It was a matter of principle with Madame Claes to perform the duties of her religion privately. Her confessor, who was almost unknown in the family, now entered the house for the second time only; but there, as elsewhere, every one was impressed with a sort of tender admiration at the aspect of the uncle and his nephew.
The Abbe de Solis was an octogenarian, with silvery hair, and a withered face from which the vitality seemed to have retreated to the eyes. He walked with difficulty, for one of his shrunken legs ended in a painfully deformed foot, which was cased in a species of velvet bag, and obliged him to use a crutch when the arm of his nephew was not at hand. His bent figure and decrepit body conveyed the impression of a delicate, suffering nature, governed by a will of iron and the spirit of religious purity. This Spanish priest, who was remarkable for his vast learning, his sincere piety, and a wide knowledge of men and things, had been successively a Dominican friar, the “grand penitencier” of Toledo, and the vicar-general of the archbishopric of Malines. If the French Revolution had not intervened, the influence of the Casa-Real family would have made him one of the highest dignitaries of the Church; but the grief he felt for the death of the young duke, Madame Claes’s brother, who had been his pupil, turned him from active life, and he now devoted himself to the education of his nephew, who was made an orphan at an early age.
After the conquest of Belgium, the Abbe de Solis settled at Douai to be near Madame Claes. From his youth up he had professed an enthusiasm for Saint Theresa which, together with the natural bent of his mind, led him to the mystical time of Christianity.

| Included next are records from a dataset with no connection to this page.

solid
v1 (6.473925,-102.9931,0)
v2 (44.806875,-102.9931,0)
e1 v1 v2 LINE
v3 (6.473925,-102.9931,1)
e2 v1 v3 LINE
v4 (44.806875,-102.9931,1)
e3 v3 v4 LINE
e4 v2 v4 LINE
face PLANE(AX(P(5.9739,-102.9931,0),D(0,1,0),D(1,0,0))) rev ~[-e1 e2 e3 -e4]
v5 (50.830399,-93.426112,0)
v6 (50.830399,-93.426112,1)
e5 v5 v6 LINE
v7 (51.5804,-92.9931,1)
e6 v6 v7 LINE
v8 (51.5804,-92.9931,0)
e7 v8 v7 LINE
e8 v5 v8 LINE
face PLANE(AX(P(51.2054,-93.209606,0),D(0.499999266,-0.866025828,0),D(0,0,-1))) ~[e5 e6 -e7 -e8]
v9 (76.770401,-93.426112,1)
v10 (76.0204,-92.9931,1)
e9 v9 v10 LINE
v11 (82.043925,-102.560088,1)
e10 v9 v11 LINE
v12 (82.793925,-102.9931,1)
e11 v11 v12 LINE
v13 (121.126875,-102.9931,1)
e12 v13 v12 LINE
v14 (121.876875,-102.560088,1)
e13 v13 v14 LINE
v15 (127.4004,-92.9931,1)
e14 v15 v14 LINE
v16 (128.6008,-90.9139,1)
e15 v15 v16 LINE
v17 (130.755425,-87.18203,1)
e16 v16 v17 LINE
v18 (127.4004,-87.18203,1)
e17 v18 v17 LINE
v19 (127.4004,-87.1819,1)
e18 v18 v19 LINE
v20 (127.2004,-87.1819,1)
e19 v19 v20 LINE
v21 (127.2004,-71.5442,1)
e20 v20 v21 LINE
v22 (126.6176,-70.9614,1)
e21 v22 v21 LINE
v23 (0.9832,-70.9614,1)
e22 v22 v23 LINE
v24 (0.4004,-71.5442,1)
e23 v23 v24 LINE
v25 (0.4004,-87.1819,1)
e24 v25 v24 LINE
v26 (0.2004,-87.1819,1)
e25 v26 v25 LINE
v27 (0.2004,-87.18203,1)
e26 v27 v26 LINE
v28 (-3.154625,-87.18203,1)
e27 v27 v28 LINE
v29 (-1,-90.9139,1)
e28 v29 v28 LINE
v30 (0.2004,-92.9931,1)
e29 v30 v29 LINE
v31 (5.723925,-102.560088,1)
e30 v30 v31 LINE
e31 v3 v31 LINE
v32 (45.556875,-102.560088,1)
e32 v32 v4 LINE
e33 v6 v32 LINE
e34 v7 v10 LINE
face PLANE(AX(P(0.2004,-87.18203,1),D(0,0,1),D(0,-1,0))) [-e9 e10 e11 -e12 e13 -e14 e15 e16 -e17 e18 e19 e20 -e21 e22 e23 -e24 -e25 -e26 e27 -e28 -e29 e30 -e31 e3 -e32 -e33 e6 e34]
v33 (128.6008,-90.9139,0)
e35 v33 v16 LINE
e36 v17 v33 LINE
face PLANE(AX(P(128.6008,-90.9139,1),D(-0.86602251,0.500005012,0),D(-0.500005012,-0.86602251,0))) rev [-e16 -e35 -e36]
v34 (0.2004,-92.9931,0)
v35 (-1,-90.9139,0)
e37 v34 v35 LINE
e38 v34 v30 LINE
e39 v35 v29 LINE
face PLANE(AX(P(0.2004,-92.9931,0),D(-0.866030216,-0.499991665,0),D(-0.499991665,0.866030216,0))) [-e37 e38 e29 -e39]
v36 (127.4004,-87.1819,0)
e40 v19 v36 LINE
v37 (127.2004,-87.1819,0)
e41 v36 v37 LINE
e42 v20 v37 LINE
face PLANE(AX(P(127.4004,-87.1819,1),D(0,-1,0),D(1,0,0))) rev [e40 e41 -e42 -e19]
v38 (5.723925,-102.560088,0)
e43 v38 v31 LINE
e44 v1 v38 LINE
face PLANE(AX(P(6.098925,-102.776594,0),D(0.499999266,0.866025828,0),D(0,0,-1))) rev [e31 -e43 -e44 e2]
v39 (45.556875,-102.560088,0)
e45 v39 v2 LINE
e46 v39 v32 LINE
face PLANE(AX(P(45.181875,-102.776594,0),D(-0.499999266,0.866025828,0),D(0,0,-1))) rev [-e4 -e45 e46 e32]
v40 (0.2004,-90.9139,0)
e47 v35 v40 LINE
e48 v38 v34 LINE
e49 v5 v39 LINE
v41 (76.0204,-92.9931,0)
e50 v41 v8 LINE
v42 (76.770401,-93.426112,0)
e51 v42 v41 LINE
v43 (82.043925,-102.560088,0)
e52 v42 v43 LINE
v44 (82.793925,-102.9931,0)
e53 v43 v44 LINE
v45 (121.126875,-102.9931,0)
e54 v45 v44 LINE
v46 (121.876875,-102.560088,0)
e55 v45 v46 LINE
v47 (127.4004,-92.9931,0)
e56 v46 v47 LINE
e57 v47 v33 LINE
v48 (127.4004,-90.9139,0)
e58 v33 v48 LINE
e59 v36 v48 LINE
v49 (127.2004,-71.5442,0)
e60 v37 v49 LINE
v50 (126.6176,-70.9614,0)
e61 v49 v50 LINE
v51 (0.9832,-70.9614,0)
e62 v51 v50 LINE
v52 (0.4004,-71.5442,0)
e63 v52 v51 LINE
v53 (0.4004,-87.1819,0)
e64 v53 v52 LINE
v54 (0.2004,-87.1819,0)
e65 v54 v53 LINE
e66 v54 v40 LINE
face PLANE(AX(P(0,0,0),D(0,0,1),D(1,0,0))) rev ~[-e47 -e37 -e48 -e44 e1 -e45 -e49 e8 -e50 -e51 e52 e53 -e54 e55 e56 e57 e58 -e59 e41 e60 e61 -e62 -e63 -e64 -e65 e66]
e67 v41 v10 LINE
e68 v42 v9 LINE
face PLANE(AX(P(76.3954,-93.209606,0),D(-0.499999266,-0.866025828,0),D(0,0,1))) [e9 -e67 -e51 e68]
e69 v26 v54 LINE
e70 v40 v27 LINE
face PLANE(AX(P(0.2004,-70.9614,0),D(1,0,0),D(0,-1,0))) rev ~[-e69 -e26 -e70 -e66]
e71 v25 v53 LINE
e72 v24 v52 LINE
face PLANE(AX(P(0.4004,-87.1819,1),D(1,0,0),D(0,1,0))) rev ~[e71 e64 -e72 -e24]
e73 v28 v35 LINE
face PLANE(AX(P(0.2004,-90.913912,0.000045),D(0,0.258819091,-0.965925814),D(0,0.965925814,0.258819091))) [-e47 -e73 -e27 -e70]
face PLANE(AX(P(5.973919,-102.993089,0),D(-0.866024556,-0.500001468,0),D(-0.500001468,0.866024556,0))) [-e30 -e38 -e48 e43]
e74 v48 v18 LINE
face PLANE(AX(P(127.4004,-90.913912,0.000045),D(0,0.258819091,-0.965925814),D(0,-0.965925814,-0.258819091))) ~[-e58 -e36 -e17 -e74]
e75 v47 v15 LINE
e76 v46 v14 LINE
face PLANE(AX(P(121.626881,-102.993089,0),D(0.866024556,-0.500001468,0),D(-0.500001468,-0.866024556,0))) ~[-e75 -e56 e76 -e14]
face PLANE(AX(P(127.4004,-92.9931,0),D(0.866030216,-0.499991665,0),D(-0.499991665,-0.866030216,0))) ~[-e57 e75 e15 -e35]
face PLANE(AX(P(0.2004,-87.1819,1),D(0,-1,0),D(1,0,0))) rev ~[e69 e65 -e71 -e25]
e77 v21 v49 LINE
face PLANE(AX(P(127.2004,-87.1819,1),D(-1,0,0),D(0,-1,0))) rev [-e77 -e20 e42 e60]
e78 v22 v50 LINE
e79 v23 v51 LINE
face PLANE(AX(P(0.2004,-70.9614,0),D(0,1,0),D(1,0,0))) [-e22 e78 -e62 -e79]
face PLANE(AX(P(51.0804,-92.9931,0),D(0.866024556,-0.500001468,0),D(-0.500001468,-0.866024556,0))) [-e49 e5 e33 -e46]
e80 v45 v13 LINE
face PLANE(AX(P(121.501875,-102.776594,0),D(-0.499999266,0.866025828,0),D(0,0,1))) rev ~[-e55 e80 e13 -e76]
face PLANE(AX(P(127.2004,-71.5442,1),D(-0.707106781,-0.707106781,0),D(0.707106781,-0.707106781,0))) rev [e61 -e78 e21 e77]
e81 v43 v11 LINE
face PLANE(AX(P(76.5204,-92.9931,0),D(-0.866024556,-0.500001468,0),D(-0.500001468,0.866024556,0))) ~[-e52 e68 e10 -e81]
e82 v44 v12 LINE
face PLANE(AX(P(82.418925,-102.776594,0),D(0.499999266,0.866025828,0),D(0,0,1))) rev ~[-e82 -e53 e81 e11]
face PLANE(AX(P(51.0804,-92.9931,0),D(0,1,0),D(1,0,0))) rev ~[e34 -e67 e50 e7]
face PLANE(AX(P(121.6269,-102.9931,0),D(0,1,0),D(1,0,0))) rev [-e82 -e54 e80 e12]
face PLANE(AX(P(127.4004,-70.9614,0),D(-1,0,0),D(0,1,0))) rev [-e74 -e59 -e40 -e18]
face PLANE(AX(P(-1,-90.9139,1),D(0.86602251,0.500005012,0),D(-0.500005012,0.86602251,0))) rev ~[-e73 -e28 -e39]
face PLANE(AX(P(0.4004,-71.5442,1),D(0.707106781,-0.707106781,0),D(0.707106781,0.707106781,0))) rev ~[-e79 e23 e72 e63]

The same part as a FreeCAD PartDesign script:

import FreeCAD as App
import Part
import Sketcher
from FreeCAD import Vector
Q = App.Units.Quantity


def edges_at(feature, points):
    """Names of the edges that pass closest to the given points."""
    edges = feature.Shape.Edges
    near = lambda p: min(range(len(edges)), key=lambda i: edges[i].distToShape(Part.Vertex(*p))[0])
    return sorted({f"Edge{near(p) + 1}" for p in points})


def add_polygon(sketch, points):
    """Adds a closed chain of lines whose ends are joined by coincident constraints."""
    first, n = sketch.GeometryCount, len(points)
    for a, b in zip(points, points[1:] + points[:1]):
        sketch.addGeometry(Part.LineSegment(App.Vector(*a, 0), App.Vector(*b, 0)), False)
    for i in range(n):
        sketch.addConstraint(Sketcher.Constraint("Coincident", first + i, 2, first + (i + 1) % n, 1))

doc = App.newDocument("Part")
body = doc.addObject("PartDesign::Body", "Body")

sketch1 = body.newObject("Sketcher::SketchObject", "Sketch")
sketch1.AttachmentSupport = (doc.getObject("XY_Plane"), [""])
sketch1.MapMode = "FlatFace"
add_polygon(sketch1, [(0.2, -71), (0.2, -90.9), (-1, -90.9), (0.2, -93), (6, -103), (45.3, -103), (51.1, -93), (63.8, -93), (63.8, -71)])
sketch1.addConstraint([
    Sketcher.Constraint("Vertical", 0),
    Sketcher.Constraint("Horizontal", 1),
    Sketcher.Constraint("Horizontal", 4),
    Sketcher.Constraint("Horizontal", 6),
    Sketcher.Constraint("Vertical", 7),
    Sketcher.Constraint("Horizontal", 8),
    Sketcher.Constraint("Parallel", 2, 3),
    Sketcher.Constraint("Horizontal", 2, 2, 5, 2),
    Sketcher.Constraint("Vertical", 0, 2, 2, 2),
    Sketcher.Constraint("Equal", 3, 5),
    Sketcher.Constraint("DistanceX", 1, 2, -1, 1, Q("1 mm")),
    Sketcher.Constraint("DistanceY", 3, 2, 2, 2, Q("10 mm")),
    Sketcher.Constraint("Angle", 2, Q("-60.0006 deg")),
    Sketcher.Constraint("DistanceX", 2, 2, 5, 2, Q("50.88 mm")),
    Sketcher.Constraint("DistanceX", 8, 2, 8, 1, Q("63.6 mm")),
    Sketcher.Constraint("DistanceX", 1, 2, 1, 1, Q("1.2004 mm")),
    Sketcher.Constraint("DistanceY", 0, 2, 0, 1, Q("19.9525 mm")),
    Sketcher.Constraint("DistanceY", 0, 2, -1, 1, Q("90.914 mm")),
])
pad1 = body.newObject("PartDesign::Pad", "Pad")
pad1.Profile = sketch1
pad1.Length = 1
doc.recompute()

chamfer = body.newObject("PartDesign::Chamfer", "Chamfer")
chamfer.Base = (pad1, edges_at(pad1, [
    (0.2, -70.961, 0.5),
    (45.307, -102.993, 0.5),
    (5.974, -102.993, 0.5),
    (51.08, -92.993, 0.5),
]))
chamfer.Size = 0.5

sketch2 = body.newObject("Sketcher::SketchObject", "Sketch001")
sketch2.AttachmentSupport = (doc.getObject("YZ_Plane"), [""])
sketch2.MapMode = "FlatFace"
sketch2.AttachmentOffset = App.Placement(Vector(0, 0, 0.2004), App.Rotation())
add_polygon(sketch2, [(-87.2, 1), (-90.9, 0), (-90.9, 1)])
sketch2.addConstraint([
    Sketcher.Constraint("Vertical", 1),
    Sketcher.Constraint("Horizontal", 2),
    Sketcher.Constraint("PointOnObject", 0, 2, -1),
    Sketcher.Constraint("DistanceY", 1, 1, 1, 2, Q("1 mm")),
    Sketcher.Constraint("Angle", 0, Q("-165 deg")),
    Sketcher.Constraint("DistanceX", 0, 2, -1, 1, Q("90.914 mm")),
])
pad2 = body.newObject("PartDesign::Pad", "Pad001")
pad2.Profile = sketch2
pad2.Length = 4
pad2.Reversed = True

sketch3 = body.newObject("Sketcher::SketchObject", "Sketch002")
sketch3.AttachmentSupport = (doc.getObject("XY_Plane"), [""])
sketch3.MapMode = "FlatFace"
sketch3.AttachmentOffset = App.Placement(Vector(0, 0, 1), App.Rotation())
add_polygon(sketch3, [(-3.8, -90.9), (-1, -90.9), (-3.2, -87.2), (-3.8, -87.2)])
sketch3.addConstraint([
    Sketcher.Constraint("Horizontal", 0),
    Sketcher.Constraint("Horizontal", 2),
    Sketcher.Constraint("Vertical", 3),
    Sketcher.Constraint("Angle", 1, Q("120.0003 deg")),
    Sketcher.Constraint("DistanceX", 0, 2, -1, 1, Q("1 mm")),
    Sketcher.Constraint("DistanceX", 2, 2, 2, 1, Q("0.645 mm")),
    Sketcher.Constraint("DistanceY", 3, 2, 3, 1, Q("3.732 mm")),
    Sketcher.Constraint("DistanceY", 0, 2, -1, 1, Q("90.914 mm")),
])
pocket1 = body.newObject("PartDesign::Pocket", "Pocket")
pocket1.Profile = sketch3
pocket1.Length = 4

sketch4 = body.newObject("Sketcher::SketchObject", "Sketch003")
sketch4.AttachmentSupport = (doc.getObject("XY_Plane"), [""])
sketch4.MapMode = "FlatFace"
sketch4.AttachmentOffset = App.Placement(Vector(0, 0, 1), App.Rotation())
add_polygon(sketch4, [(0.2, -71.46), (0.2, -87.18), (0.4, -87.18), (0.4, -71.54), (0.98, -70.96), (0.7, -70.96)])
sketch4.addConstraint([
    Sketcher.Constraint("Vertical", 0),
    Sketcher.Constraint("Horizontal", 1),
    Sketcher.Constraint("Vertical", 2),
    Sketcher.Constraint("Horizontal", 4),
    Sketcher.Constraint("Parallel", 3, 5),
    Sketcher.Constraint("DistanceX", 1, 1, 1, 2, Q("0.2 mm")),
    Sketcher.Constraint("Angle", 3, Q("45 deg")),
    Sketcher.Constraint("DistanceX", -1, 1, 0, 2, Q("0.2004 mm")),
    Sketcher.Constraint("DistanceX", 2, 2, 4, 2, Q("0.3 mm")),
    Sketcher.Constraint("DistanceX", 4, 2, 4, 1, Q("0.2828 mm")),
    Sketcher.Constraint("DistanceY", 0, 2, 0, 1, Q("15.7205 mm")),
    Sketcher.Constraint("DistanceY", 0, 2, -1, 1, Q("87.182 mm")),
])
pocket2 = body.newObject("PartDesign::Pocket", "Pocket001")
pocket2.Profile = sketch4
pocket2.Length = 10
doc.recompute()

datumplane = body.newObject("PartDesign::Plane", "DatumPlane")
datumplane.AttachmentSupport = (doc.getObject("YZ_Plane"), [""])
datumplane.MapMode = "FlatFace"
datumplane.AttachmentOffset = App.Placement(Vector(0, 0, 63.8004), App.Rotation())
mirrored = body.newObject("PartDesign::Mirrored", "Mirrored")
mirrored.TransformMode = "Transform body"
mirrored.MirrorPlane = (datumplane, [""])
body.Tip = mirrored

doc.recompute()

Finding in Flanders, where Mademoiselle Bourignon and the writings of the Quietists and Illuminati made the greatest number of proselytes, a flock of Catholics devoted to those ideas, he remained there,—all the more willingly because he was looked up to as a patriarch by this particular communion, which continued to follow the doctrines of the Mystics notwithstanding the censures of the Church upon Fenelon and Madame Guyon. His morals were rigid, his life exemplary, and he was believed to have visions. In spite of his own detachment from the things of life, his affection for his nephew made him careful of the young man’s interests. When a work of charity was to be done, the old abbe put the faithful of his flock under contribution before having recourse to his own means; and his patriarchal authority was so well established, his motives so pure, his discernment so rarely at fault, that every one was ready to answer his appeal. To give an idea of the contrast between the uncle and the nephew, we may compare the old man to a willow on the borders of a stream, hollowed to a skeleton and barely alive, and the young man to a sweet-brier clustering with roses, whose erect and graceful stems spring up about the hoary trunk of the old tree as if they would support it.